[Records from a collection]
=== Begin Enclosure ===
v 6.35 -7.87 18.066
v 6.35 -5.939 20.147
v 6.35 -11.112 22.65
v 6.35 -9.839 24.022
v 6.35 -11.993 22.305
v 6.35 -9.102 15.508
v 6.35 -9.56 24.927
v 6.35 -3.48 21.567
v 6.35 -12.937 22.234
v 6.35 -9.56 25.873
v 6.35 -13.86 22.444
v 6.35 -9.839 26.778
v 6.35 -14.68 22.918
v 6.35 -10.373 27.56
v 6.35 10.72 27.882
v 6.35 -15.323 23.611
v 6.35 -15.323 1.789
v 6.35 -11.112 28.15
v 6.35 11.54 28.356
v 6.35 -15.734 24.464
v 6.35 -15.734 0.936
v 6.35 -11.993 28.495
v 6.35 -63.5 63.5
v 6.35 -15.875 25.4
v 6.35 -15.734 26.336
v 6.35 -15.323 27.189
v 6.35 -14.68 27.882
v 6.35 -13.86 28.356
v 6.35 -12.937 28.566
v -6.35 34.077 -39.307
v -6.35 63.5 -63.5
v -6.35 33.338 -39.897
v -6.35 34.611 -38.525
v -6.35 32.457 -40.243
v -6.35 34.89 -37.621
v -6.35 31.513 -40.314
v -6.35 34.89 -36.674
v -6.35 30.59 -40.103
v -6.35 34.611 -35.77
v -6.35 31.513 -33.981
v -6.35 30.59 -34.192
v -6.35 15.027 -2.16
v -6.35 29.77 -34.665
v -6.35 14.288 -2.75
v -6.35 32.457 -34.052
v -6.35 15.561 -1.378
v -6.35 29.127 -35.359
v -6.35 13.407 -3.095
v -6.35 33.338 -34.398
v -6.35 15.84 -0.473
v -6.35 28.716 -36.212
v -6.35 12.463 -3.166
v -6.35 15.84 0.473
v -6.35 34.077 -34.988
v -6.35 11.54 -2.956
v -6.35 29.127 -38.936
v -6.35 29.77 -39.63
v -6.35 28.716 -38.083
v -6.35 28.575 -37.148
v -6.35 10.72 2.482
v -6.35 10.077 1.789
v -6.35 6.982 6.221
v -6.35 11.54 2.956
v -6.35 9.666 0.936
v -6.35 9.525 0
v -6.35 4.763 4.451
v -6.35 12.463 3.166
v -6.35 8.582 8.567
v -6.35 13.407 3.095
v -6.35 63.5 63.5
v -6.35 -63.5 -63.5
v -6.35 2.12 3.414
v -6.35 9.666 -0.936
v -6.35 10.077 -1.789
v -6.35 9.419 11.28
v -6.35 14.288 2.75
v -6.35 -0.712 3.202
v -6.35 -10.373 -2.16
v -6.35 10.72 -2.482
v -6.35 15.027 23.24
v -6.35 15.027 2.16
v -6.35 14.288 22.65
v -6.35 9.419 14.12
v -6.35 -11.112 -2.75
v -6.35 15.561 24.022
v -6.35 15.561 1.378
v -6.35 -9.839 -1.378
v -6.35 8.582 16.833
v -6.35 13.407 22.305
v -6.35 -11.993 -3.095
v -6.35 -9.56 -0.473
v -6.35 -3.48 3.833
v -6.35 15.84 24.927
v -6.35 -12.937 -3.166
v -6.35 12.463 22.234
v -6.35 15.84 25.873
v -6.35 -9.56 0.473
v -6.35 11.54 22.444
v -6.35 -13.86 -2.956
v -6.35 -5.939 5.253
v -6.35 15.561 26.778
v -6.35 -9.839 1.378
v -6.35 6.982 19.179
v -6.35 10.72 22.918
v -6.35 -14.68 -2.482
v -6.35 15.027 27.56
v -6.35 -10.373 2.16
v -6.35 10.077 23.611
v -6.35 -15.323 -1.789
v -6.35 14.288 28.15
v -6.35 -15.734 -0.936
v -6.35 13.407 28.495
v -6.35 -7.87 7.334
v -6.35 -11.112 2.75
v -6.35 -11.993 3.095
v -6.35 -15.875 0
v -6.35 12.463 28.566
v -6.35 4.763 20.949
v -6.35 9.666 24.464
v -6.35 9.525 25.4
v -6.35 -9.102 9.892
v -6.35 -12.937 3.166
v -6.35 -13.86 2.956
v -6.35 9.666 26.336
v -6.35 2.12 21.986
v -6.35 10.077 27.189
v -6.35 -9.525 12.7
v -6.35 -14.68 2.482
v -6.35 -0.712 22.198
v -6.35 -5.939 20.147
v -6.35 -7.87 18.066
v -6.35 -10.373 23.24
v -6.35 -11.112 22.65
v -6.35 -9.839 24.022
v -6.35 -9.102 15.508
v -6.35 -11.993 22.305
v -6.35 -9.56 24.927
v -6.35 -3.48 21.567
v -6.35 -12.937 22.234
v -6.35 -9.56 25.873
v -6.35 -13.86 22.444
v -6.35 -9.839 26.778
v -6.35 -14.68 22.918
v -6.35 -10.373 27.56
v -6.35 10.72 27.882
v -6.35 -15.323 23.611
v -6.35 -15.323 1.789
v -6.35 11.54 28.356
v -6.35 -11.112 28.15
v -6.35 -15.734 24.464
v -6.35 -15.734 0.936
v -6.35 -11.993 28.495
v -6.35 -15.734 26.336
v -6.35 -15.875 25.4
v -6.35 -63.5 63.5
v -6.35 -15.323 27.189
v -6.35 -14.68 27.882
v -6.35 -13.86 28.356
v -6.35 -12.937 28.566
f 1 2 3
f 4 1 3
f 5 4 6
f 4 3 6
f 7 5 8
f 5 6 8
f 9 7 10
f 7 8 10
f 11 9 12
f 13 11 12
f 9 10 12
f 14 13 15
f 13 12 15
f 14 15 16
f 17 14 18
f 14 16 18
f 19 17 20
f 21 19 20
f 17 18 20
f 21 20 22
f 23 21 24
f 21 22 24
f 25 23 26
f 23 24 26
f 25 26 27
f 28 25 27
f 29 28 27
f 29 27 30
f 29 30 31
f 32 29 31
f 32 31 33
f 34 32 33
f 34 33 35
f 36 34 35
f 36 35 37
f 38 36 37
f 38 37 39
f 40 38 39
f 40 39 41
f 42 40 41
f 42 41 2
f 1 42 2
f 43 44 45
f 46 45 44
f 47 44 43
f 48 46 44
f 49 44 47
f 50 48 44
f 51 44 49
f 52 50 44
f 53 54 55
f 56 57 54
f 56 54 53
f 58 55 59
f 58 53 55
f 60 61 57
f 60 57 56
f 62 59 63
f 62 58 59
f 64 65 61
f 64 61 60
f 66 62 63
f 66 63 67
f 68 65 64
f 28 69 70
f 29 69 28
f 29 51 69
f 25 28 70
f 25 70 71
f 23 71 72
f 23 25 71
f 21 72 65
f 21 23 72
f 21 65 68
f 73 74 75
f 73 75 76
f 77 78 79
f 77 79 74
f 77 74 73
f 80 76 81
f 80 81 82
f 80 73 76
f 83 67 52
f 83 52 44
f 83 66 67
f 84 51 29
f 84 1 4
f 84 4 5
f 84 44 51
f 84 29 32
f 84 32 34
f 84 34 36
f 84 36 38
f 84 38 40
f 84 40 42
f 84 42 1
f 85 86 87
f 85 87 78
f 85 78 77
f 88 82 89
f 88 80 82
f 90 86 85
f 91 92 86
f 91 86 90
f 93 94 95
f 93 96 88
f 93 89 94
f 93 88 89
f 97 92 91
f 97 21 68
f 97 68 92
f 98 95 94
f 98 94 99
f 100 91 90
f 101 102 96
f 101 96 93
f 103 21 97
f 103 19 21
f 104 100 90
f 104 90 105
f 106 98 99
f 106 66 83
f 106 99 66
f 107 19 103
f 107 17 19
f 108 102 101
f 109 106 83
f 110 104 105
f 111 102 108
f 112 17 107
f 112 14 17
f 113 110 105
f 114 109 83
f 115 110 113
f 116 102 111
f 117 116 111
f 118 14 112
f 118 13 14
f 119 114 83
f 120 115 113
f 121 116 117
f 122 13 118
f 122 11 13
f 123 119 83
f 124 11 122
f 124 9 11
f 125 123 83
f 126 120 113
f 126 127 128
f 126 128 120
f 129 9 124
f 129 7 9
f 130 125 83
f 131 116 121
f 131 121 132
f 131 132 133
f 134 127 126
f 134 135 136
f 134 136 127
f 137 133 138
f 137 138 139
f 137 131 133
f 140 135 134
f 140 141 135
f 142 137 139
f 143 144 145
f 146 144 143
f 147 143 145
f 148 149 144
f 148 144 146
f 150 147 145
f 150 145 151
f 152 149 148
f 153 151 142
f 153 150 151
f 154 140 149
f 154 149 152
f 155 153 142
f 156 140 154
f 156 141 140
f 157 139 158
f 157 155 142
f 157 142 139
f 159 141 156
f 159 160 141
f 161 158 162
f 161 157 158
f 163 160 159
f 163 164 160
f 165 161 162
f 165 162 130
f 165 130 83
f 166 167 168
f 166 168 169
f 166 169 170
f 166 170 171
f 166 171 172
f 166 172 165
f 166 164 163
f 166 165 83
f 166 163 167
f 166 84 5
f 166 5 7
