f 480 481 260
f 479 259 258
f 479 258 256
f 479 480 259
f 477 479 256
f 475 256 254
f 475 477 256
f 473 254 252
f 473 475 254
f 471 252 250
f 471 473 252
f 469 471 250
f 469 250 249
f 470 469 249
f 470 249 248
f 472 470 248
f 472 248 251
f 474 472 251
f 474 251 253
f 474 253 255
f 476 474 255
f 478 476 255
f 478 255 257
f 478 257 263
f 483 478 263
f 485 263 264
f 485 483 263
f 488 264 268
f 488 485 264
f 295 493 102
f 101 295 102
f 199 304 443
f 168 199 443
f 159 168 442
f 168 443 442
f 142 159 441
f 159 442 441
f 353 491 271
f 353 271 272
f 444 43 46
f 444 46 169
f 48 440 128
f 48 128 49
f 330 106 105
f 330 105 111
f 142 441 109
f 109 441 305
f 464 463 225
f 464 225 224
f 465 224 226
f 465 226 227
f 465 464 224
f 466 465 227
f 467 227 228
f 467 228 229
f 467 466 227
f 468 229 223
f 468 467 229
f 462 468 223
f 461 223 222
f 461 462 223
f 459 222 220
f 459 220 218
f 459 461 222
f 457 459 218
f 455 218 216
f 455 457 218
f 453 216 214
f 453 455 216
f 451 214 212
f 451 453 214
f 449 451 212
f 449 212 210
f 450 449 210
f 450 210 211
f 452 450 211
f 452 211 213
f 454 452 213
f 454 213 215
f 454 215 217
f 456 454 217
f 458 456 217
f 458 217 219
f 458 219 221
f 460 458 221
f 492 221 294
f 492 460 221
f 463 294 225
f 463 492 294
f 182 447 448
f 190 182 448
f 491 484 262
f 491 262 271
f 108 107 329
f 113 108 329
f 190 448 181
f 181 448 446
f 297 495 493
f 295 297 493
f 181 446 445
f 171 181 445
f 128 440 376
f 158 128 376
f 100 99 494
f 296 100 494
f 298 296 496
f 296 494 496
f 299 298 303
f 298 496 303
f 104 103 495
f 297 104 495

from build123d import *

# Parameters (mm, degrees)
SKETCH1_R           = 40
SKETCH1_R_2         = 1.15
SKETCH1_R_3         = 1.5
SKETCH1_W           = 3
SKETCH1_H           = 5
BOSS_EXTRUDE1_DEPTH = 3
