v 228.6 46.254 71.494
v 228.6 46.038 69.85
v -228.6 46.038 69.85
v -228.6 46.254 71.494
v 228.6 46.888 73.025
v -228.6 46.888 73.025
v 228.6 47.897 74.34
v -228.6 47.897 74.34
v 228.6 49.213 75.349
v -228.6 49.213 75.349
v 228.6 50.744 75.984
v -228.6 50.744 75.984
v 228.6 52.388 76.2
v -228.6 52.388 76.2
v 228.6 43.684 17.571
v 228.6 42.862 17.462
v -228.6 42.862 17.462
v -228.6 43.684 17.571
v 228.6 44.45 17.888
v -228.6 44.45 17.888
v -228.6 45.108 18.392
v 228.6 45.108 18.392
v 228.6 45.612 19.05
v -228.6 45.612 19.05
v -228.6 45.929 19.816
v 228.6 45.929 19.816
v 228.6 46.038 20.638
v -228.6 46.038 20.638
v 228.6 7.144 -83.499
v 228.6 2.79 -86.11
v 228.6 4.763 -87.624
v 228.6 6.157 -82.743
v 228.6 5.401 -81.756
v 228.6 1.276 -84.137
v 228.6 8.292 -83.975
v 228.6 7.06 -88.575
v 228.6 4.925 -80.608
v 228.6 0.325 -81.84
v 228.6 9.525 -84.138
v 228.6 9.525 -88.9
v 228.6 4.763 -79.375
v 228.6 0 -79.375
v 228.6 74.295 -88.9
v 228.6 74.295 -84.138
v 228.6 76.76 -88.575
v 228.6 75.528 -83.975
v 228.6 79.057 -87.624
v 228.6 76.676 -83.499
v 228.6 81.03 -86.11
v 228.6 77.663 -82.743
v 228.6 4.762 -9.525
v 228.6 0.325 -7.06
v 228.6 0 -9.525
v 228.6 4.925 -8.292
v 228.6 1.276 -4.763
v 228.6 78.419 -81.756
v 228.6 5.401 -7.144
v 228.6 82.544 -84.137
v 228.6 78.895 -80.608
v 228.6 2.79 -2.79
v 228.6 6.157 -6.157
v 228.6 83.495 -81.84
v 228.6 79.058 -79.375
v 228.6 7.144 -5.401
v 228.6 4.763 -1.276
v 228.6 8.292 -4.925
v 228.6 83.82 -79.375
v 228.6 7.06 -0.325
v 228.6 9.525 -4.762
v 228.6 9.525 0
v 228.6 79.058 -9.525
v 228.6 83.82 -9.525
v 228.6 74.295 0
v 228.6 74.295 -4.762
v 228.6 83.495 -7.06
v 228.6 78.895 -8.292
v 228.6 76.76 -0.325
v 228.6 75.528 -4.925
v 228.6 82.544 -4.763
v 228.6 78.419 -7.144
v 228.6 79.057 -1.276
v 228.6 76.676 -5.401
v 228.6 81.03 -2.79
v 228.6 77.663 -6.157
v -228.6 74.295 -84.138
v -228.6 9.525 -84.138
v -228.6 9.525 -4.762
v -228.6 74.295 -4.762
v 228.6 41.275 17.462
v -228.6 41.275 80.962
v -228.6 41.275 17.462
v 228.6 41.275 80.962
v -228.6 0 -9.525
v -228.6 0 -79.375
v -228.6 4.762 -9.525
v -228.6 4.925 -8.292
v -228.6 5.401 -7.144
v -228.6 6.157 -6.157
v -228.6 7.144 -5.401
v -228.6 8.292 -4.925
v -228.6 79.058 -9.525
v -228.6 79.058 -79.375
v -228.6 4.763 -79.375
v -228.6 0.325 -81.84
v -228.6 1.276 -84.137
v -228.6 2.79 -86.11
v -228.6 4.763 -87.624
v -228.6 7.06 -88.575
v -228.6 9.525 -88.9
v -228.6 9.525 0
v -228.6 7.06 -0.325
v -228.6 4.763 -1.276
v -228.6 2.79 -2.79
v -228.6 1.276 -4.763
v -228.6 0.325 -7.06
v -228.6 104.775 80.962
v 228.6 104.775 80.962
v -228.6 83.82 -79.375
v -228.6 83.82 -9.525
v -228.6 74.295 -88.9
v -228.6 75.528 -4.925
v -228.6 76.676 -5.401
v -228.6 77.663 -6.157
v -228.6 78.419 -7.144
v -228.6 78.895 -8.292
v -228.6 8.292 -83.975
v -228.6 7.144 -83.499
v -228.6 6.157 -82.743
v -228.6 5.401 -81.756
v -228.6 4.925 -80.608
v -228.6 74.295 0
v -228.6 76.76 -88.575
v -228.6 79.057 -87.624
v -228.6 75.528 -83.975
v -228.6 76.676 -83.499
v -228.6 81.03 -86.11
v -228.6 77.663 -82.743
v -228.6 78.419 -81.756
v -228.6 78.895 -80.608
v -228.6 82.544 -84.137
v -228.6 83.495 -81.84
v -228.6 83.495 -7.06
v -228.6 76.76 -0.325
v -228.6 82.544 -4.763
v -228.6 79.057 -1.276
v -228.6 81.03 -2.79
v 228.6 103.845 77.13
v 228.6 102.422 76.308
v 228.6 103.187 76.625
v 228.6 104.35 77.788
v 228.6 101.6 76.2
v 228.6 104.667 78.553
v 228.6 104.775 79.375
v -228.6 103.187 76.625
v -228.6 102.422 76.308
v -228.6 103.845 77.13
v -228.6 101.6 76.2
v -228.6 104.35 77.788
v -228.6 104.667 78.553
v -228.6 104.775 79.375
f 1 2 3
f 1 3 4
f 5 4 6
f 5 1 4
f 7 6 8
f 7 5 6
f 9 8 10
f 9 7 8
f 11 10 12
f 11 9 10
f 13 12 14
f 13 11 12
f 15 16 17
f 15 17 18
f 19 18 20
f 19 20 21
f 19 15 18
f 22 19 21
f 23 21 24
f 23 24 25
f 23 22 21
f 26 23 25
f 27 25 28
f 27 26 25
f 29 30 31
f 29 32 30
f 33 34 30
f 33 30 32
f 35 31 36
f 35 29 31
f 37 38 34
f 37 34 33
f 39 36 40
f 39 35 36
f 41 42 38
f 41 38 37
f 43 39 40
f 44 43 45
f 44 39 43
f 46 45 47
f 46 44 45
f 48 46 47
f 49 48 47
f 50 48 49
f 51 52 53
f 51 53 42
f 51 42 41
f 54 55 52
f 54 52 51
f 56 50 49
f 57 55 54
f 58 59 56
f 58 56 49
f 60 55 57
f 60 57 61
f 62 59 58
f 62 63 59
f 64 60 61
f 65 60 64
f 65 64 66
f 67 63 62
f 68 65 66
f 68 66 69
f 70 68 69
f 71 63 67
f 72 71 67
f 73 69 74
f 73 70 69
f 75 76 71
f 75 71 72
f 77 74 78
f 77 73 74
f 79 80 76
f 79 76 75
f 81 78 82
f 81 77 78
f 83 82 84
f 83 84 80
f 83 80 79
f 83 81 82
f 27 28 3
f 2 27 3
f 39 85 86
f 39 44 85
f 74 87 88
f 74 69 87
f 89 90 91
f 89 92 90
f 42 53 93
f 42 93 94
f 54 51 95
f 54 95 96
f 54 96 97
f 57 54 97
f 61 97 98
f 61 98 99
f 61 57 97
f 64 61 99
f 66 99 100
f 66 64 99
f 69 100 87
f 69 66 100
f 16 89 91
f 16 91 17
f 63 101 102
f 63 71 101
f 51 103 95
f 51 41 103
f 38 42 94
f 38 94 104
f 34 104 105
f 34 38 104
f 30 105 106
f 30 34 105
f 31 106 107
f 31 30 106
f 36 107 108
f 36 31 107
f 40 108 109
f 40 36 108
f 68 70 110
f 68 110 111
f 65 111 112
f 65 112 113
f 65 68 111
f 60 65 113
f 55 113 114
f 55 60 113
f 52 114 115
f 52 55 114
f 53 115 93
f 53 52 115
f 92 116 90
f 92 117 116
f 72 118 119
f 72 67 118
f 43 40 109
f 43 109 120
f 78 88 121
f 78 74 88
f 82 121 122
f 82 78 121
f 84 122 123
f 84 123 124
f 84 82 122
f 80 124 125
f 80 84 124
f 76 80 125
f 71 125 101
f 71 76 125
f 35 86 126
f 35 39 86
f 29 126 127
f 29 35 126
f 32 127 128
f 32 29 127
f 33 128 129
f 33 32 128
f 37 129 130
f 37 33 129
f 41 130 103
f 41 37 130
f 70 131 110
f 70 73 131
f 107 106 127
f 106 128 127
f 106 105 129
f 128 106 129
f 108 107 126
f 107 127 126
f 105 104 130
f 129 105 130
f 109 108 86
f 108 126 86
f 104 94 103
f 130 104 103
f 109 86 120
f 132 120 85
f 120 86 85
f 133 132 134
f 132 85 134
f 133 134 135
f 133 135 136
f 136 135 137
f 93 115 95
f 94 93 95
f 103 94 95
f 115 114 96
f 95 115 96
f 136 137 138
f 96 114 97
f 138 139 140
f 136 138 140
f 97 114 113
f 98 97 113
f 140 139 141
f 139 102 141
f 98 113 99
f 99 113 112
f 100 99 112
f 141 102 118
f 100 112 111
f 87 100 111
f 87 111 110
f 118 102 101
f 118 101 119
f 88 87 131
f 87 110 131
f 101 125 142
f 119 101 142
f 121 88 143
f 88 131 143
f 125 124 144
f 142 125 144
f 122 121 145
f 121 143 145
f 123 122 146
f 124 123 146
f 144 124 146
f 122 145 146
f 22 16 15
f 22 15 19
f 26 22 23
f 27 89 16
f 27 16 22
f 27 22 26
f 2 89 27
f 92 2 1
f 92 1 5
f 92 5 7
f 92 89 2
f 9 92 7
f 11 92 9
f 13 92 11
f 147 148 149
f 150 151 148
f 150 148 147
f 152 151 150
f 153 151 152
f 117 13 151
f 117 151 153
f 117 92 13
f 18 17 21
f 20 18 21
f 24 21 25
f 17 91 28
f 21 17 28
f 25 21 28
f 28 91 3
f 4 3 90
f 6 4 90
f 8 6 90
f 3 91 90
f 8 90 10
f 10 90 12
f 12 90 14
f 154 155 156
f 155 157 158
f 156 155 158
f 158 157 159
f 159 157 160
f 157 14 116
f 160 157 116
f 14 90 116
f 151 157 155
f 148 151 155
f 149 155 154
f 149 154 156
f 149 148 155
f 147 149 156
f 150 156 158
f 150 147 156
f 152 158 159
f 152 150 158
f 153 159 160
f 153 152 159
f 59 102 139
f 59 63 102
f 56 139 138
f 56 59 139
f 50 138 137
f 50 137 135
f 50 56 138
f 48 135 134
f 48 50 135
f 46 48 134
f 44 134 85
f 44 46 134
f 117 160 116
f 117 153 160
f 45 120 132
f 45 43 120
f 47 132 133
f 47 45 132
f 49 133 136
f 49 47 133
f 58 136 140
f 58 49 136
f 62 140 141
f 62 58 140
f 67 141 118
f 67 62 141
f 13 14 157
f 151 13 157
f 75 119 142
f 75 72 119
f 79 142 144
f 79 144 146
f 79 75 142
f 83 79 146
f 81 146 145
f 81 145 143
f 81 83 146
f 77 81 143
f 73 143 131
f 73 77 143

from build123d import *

# Parameters (mm, degrees)
F1_DEPTH = 228.6
F3_DEPTH = 228.6


with BuildPart() as f1:
    # F0 (on Right) → F1 (new body, symmetric)
    with BuildSketch(Plane.YZ):
        with BuildLine():
            Line((74.295, 0), (9.525, 0))
            ThreePointArc((9.525, 0), (2.789808, -2.789808), (0, -9.525))
            Line((0, -9.525), (0, -79.375))
            ThreePointArc((0, -79.375), (2.789808, -86.110192), (9.525, -88.9))
            Line((9.525, -88.9), (74.295, -88.9))
            ThreePointArc((74.295, -88.9), (81.030192, -86.110192), (83.82, -79.375))
            Line((83.82, -79.375), (83.82, -9.525))
            ThreePointArc((83.82, -9.525), (81.030192, -2.789808), (74.295, 0))
        make_face()
        with BuildLine():
            ThreePointArc((4.7625, -9.525), (6.157404, -6.157404), (9.525, -4.7625))
            Line((9.525, -4.7625), (74.295, -4.7625))
            ThreePointArc((74.295, -4.7625), (77.662596, -6.157404), (79.0575, -9.525))
            Line((79.0575, -9.525), (79.0575, -79.375))
            ThreePointArc((79.0575, -79.375), (77.662596, -82.742596), (74.295, -84.1375))
            Line((74.295, -84.1375), (9.525, -84.1375))
            ThreePointArc((9.525, -84.1375), (6.157404, -82.742596), (4.7625, -79.375))
            Line((4.7625, -79.375), (4.7625, -9.525))
        make_face(mode=Mode.SUBTRACT)
    extrude(amount=F1_DEPTH, both=True)


with BuildPart() as f3:
    # F2 (on Right) → F3 (new body, symmetric)
    with BuildSketch(Plane.YZ):
        with BuildLine():
            Line((41.275, 80.9625), (41.275, 17.4625))
            Line((41.275, 17.4625), (42.8625, 17.4625))
            ThreePointArc((42.8625, 17.4625), (45.107564, 18.392436), (46.0375, 20.6375))
            Line((46.0375, 20.6375), (46.0375, 69.85))
            ThreePointArc((46.0375, 69.85), (47.897372, 74.340128), (52.3875, 76.2))
            Line((52.3875, 76.2), (101.6, 76.2))
            ThreePointArc((101.6, 76.2), (103.845064, 77.129936), (104.775, 79.375))
            Line((104.775, 79.375), (104.775, 80.9625))
            Line((104.775, 80.9625), (41.275, 80.9625))
        make_face()
    extrude(amount=F3_DEPTH, both=True)


solid = Compound([f1.part, f3.part])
=== End Enclosure ===
• _Aim of the exercise_
All that belongs in the answer is the lines from the start of the entries above through the line containing "v -6.35 34.077 -34.988", each given exactly.

• _Response_
v 6.35 -7.87 18.066
v 6.35 -5.939 20.147
v 6.35 -11.112 22.65
v 6.35 -9.839 24.022
v 6.35 -11.993 22.305
v 6.35 -9.102 15.508
v 6.35 -9.56 24.927
v 6.35 -3.48 21.567
v 6.35 -12.937 22.234
v 6.35 -9.56 25.873
v 6.35 -13.86 22.444
v 6.35 -9.839 26.778
v 6.35 -14.68 22.918
v 6.35 -10.373 27.56
v 6.35 10.72 27.882
v 6.35 -15.323 23.611
v 6.35 -15.323 1.789
v 6.35 -11.112 28.15
v 6.35 11.54 28.356
v 6.35 -15.734 24.464
v 6.35 -15.734 0.936
v 6.35 -11.993 28.495
v 6.35 -63.5 63.5
v 6.35 -15.875 25.4
v 6.35 -15.734 26.336
v 6.35 -15.323 27.189
v 6.35 -14.68 27.882
v 6.35 -13.86 28.356
v 6.35 -12.937 28.566
v -6.35 34.077 -39.307
v -6.35 63.5 -63.5
v -6.35 33.338 -39.897
v -6.35 34.611 -38.525
v -6.35 32.457 -40.243
v -6.35 34.89 -37.621
v -6.35 31.513 -40.314
v -6.35 34.89 -36.674
v -6.35 30.59 -40.103
v -6.35 34.611 -35.77
v -6.35 31.513 -33.981
v -6.35 30.59 -34.192
v -6.35 15.027 -2.16
v -6.35 29.77 -34.665
v -6.35 14.288 -2.75
v -6.35 32.457 -34.052
v -6.35 15.561 -1.378
v -6.35 29.127 -35.359
v -6.35 13.407 -3.095
v -6.35 33.338 -34.398
v -6.35 15.84 -0.473
v -6.35 28.716 -36.212
v -6.35 12.463 -3.166
v -6.35 15.84 0.473
v -6.35 34.077 -34.988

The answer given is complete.